To provide similar evidence to guide the management of “atypical” opacities such as bulla wall thickening would require the analysis of large numbers of CTs demonstrating these lesions in patients without lung cancer. This is something which is currently lacking, and may not be forthcoming. Regardless, radiologists should be alert to the possibility that nodular thickening of a bulla wall may represent malignancy. The demonstration of progressive thickening on serial CTs should be sufficient to trigger pulmonologist or multidisciplinary team (MDT) referral in most cases.

It is noteworthy that in the current study by Scholten and colleagues, false-negative CT screens were due to a variety of reasons, not just observational oversight. Eight cases were due to lack of patient adherence, three due to failure of invasive workup, two due to failure of the protocol, and in 11 cases because of the rapidity of tumour development following a negative screen. In combination, these miscellaneous causes were more common than radiological error.

Just as there is no universally accepted definition for what constitutes a false positive in lung cancer screening, no such definition exists for false negatives. It should be stressed that the current study only reports on missed cancers identified after screening had finished or cancers which presented between screening rounds (interval cancers). As the authors acknowledge, equally informative data could be obtained by scrutinizing false-negative cases where cancer was diagnosed at subsequent screening rounds, but which was identifiable on a previous CT.
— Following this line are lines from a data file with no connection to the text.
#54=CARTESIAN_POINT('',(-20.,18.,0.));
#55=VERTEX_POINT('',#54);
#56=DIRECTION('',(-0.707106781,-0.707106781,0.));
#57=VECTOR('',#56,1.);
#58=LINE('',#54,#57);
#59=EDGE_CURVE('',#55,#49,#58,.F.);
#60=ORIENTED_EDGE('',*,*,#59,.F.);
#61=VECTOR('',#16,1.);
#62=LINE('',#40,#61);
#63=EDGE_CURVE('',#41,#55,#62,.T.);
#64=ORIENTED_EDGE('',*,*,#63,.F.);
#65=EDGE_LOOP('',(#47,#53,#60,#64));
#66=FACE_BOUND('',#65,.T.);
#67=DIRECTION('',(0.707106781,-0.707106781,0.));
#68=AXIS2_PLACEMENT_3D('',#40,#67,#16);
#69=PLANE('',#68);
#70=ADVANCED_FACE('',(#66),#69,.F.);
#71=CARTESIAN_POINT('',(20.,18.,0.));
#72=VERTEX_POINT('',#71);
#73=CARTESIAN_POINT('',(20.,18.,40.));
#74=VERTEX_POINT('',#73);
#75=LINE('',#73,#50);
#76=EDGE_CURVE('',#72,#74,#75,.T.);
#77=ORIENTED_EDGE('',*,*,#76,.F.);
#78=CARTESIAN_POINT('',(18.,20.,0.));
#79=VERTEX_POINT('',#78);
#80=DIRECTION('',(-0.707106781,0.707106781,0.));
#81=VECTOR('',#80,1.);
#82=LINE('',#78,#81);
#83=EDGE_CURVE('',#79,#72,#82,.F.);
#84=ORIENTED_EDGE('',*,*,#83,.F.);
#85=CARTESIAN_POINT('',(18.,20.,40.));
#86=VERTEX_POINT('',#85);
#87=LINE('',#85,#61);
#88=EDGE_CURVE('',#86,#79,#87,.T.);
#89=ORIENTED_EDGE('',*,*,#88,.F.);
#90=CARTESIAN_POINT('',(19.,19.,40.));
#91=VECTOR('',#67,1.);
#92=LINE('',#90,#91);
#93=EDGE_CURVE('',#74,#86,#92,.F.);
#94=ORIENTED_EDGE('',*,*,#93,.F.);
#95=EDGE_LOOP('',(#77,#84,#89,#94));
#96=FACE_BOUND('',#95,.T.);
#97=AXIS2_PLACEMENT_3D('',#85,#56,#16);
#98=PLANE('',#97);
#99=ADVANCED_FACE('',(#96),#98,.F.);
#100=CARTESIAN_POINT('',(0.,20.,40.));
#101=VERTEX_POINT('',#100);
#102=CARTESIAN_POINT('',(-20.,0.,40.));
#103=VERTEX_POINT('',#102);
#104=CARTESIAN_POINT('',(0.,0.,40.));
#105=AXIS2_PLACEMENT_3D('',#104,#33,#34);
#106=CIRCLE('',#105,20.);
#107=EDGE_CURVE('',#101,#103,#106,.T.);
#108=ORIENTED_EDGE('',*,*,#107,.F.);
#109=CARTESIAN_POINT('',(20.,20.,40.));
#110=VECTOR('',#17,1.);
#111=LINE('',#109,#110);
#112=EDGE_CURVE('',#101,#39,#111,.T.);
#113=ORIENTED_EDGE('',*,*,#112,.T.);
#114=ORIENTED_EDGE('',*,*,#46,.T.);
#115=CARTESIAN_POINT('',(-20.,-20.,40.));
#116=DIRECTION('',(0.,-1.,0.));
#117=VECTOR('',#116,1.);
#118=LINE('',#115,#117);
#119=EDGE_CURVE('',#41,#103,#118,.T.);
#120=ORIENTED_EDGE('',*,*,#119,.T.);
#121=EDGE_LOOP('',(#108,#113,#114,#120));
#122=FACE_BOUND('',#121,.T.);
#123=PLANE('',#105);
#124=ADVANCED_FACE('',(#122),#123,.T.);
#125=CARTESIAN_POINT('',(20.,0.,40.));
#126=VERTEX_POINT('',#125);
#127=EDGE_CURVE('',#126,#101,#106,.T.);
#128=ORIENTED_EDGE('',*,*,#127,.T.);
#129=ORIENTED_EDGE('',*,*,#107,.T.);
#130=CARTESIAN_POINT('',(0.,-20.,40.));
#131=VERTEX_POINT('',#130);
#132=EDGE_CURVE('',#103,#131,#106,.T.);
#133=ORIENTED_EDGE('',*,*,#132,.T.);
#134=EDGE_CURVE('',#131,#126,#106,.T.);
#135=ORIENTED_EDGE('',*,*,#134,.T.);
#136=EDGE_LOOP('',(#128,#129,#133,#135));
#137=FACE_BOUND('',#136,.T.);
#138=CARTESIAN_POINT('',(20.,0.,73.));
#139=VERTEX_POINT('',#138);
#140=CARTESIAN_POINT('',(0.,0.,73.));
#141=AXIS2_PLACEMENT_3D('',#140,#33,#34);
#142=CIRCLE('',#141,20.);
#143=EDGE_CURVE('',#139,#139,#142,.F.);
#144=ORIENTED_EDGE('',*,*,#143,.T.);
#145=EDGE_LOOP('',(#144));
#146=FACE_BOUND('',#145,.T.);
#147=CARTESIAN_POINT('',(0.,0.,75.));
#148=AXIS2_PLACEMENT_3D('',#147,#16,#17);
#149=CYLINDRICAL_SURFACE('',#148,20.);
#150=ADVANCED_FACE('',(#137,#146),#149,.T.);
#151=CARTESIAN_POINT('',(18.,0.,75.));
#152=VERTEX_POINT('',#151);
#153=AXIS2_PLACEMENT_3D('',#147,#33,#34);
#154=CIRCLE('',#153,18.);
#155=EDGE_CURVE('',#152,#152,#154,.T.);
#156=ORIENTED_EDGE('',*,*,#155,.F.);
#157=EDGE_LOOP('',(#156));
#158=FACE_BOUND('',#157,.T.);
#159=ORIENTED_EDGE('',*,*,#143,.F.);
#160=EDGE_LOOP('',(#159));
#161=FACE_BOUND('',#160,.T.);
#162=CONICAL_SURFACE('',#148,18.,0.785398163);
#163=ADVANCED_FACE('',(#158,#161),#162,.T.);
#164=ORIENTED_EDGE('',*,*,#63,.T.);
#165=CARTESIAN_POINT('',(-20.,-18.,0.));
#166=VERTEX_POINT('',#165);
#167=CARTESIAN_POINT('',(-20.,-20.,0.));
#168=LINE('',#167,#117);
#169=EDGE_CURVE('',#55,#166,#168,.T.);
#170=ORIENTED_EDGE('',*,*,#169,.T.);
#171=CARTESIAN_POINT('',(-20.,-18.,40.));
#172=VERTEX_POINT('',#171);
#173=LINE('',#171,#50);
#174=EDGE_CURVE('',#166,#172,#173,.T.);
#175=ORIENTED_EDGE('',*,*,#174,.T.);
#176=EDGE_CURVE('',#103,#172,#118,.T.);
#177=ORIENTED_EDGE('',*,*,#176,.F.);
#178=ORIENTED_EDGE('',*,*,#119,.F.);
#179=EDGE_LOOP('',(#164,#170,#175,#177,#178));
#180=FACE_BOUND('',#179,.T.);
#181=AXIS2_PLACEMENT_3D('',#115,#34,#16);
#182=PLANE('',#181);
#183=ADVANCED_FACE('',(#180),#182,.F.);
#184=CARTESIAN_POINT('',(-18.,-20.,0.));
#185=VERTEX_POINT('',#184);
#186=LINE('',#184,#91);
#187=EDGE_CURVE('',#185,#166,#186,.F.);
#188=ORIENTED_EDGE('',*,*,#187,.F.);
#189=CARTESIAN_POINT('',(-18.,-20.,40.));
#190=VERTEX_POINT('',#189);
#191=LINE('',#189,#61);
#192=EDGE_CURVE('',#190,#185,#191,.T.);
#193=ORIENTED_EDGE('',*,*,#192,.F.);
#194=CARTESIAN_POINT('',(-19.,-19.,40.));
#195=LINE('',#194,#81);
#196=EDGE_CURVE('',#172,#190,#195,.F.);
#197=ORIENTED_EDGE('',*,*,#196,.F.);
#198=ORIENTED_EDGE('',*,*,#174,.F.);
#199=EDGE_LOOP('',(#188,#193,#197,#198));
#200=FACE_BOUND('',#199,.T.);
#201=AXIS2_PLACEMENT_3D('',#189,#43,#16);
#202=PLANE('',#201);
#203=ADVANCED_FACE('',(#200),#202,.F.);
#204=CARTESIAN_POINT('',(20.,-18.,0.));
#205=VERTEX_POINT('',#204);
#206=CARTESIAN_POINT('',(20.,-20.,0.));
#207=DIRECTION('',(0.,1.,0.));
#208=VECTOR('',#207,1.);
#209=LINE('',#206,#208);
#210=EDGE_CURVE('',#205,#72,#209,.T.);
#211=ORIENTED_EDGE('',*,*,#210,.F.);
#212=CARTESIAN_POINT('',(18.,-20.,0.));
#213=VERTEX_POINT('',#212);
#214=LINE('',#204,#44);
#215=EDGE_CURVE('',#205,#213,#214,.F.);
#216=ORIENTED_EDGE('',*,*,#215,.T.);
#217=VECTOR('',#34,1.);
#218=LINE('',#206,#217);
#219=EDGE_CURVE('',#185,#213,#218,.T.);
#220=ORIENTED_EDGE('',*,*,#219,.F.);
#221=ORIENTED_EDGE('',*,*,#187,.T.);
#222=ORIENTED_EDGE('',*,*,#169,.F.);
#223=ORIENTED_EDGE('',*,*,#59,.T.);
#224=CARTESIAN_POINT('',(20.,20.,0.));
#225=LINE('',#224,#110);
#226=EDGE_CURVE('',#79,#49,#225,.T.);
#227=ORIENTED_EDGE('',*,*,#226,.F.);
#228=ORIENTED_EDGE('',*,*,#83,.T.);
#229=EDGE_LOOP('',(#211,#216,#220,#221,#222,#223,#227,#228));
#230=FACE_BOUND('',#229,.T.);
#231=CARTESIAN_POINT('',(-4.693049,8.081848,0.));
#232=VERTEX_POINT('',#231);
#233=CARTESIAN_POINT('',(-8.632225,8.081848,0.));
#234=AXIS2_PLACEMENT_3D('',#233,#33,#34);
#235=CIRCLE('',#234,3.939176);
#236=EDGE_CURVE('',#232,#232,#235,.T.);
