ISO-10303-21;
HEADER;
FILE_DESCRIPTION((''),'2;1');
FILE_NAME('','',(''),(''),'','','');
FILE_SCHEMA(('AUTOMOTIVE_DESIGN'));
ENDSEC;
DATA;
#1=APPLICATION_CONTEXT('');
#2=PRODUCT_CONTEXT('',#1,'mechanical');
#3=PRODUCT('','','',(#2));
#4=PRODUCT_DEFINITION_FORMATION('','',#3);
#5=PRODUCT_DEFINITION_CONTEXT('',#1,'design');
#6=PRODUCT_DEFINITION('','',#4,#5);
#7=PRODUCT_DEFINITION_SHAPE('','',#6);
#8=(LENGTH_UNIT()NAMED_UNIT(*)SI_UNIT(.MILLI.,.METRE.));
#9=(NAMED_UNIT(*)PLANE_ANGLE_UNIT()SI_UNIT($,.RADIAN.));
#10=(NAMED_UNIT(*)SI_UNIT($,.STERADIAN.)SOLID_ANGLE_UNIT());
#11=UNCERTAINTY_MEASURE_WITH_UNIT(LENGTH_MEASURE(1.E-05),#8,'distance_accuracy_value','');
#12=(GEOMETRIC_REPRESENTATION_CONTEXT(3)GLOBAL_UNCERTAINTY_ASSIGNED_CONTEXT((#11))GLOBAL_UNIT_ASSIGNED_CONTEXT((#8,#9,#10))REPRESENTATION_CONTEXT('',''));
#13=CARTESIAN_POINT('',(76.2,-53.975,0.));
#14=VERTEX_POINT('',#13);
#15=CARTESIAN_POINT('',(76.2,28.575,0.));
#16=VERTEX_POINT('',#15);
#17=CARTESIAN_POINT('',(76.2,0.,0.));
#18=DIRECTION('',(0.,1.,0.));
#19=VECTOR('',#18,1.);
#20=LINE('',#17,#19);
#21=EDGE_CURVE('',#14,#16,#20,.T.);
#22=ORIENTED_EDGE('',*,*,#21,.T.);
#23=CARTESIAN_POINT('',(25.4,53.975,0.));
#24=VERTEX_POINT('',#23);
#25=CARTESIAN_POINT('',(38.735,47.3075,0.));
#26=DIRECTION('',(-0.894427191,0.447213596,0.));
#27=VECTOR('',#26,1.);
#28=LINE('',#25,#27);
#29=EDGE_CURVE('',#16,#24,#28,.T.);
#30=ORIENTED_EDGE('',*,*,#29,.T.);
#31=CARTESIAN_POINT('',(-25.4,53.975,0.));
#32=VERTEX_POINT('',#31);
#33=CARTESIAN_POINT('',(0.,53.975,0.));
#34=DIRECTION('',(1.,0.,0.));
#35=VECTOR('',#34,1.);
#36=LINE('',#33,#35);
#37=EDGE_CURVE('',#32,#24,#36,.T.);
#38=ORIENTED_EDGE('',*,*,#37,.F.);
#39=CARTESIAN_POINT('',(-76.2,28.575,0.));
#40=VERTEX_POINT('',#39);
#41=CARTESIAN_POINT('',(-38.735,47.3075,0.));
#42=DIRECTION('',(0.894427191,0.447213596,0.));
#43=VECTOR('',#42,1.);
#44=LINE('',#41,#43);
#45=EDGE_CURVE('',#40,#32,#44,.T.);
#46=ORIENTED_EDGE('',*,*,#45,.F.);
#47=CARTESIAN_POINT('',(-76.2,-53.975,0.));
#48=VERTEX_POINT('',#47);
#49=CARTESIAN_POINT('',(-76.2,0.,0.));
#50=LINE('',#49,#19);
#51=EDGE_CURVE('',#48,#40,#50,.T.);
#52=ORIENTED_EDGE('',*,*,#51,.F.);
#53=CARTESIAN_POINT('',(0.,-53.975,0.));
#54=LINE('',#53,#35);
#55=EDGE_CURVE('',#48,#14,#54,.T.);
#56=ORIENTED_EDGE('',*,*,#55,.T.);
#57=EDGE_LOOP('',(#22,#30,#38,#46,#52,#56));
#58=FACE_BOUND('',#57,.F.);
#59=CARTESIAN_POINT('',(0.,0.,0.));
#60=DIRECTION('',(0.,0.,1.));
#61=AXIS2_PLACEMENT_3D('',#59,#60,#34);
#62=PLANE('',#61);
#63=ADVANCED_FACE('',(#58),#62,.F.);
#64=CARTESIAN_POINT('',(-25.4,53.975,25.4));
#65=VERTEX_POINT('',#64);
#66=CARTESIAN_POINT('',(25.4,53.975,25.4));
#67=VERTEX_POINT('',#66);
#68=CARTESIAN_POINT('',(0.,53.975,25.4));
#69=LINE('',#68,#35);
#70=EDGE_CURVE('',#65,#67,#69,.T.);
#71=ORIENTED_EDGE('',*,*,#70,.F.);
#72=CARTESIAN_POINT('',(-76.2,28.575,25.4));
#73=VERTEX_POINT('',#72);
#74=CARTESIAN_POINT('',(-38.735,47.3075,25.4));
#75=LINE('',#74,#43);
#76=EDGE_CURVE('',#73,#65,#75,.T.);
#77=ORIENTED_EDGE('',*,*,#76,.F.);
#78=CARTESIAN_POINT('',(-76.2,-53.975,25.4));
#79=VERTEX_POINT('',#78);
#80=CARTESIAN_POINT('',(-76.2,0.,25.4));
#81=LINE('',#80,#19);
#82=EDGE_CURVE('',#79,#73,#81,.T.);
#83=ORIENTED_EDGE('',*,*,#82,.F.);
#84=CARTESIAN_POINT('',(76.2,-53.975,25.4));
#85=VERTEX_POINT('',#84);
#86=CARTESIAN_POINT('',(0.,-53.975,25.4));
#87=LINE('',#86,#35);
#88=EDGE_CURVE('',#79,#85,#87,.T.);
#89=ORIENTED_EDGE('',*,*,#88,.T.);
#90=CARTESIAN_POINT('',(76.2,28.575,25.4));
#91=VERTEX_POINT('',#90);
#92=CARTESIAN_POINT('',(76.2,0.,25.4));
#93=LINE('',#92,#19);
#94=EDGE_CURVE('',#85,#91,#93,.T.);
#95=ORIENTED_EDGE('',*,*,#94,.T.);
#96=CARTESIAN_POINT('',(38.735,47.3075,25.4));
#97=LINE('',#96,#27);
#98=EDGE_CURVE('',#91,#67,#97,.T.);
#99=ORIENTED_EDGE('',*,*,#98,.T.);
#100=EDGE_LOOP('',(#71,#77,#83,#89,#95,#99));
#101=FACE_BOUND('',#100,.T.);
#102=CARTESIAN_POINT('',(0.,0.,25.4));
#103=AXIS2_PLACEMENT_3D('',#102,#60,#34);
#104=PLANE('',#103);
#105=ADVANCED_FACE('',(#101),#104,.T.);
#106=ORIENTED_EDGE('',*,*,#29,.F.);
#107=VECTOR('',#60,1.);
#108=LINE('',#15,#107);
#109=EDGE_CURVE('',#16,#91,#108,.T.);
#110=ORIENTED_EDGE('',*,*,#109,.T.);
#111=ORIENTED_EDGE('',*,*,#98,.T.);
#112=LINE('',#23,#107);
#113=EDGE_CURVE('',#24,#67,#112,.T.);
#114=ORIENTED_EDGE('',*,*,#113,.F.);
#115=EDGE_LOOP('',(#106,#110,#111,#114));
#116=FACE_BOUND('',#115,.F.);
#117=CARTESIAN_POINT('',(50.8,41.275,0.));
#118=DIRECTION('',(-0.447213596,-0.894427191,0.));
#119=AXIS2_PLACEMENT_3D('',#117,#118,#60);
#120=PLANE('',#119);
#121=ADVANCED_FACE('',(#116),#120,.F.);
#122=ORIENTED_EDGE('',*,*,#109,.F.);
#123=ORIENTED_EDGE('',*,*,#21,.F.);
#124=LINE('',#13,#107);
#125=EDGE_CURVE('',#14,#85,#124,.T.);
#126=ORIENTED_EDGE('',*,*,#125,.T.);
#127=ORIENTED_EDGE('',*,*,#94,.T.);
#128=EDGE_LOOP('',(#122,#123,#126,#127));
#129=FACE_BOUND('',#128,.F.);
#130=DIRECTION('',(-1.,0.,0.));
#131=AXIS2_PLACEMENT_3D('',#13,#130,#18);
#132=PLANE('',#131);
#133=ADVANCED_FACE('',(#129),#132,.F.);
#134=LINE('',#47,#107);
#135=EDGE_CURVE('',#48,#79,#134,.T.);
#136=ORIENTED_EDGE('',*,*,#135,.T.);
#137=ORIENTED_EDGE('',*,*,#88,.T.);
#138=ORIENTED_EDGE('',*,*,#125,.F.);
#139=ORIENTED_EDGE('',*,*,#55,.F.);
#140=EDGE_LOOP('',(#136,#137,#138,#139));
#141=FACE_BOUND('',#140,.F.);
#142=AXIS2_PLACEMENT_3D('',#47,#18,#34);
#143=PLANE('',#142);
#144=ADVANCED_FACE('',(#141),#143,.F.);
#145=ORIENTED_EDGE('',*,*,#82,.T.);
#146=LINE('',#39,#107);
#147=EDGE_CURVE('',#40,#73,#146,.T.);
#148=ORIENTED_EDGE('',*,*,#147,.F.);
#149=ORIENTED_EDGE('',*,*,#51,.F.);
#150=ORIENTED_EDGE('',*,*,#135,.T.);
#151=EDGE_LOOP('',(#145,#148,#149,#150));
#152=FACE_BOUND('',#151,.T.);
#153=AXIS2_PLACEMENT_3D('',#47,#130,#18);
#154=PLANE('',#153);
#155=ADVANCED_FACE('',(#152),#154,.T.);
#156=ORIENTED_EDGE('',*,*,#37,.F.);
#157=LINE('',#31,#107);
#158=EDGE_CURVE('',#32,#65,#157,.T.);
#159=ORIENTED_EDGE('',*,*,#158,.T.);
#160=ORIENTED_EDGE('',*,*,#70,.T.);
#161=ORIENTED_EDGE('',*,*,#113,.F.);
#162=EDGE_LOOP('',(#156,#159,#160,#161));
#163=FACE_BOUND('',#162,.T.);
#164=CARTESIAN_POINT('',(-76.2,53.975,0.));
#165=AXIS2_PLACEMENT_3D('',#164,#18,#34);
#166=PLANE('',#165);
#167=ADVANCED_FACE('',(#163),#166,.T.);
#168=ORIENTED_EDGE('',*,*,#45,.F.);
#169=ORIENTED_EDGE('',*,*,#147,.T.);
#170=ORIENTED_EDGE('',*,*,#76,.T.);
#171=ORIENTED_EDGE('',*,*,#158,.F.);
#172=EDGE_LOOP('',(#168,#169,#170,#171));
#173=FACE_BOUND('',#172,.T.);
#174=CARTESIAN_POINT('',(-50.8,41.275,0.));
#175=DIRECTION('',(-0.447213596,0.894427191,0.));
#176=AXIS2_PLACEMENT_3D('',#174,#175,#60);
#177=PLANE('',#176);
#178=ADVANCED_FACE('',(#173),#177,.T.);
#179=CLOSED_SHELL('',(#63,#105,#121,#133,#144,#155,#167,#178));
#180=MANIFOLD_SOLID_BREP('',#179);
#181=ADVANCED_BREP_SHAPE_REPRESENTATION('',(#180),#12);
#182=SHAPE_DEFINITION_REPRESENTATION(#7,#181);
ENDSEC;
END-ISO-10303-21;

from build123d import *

# Parameters (mm, degrees)
F0_W     = 152.4
F0_H     = 107.95
F1_DEPTH = 25.4
F2_SIZE2 = 50.8
F2_SIZE  = 25.4


with BuildPart() as f1:
    # F0 (on Top) → F1 (new body)
    with BuildSketch(Plane.XY):
        Rectangle(F0_W, F0_H)
    extrude(amount=F1_DEPTH)

    # F2
    f2_edges = [f1.edges().sort_by_distance(p)[0] for p in [
        (-76.2, 53.975, 12.7),
        (76.2, 53.975, 12.7),
    ]]
    chamfer(f2_edges, length=F2_SIZE, length2=F2_SIZE2)


solid = f1.part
Veronesi et al. [12] recently described the causes of false negatives in the COSMOS lung cancer screening study. They included within their definition of false negatives, lung cancers that were diagnosed at the time of screening which were evident as a nodule on a prior CT, but only if the lung cancer was stage II-IV (i.e., if there was a significant delay in diagnosis as demonstrated by stage progression). Interestingly, in this study [12], as in the study by Scholten et al. [7] and other previous reports [13], centrally located or endobronchial lesions are disproportionately represented in missed lung cancers.

Computer aided detection systems (CAD) have long been known to be more sensitive in nodule detection than human readers. Currently, considerable efforts are being devoted to tackle its limitations, such as improving the detection of ground glass nodules [14]. Knowledge gained from articles such as the one by Scholten et al. [7] of the characteristics of missed lung cancers may provide useful guidance for future CAD development. In the interim, it also serves to remind radiologists of their known blind spots.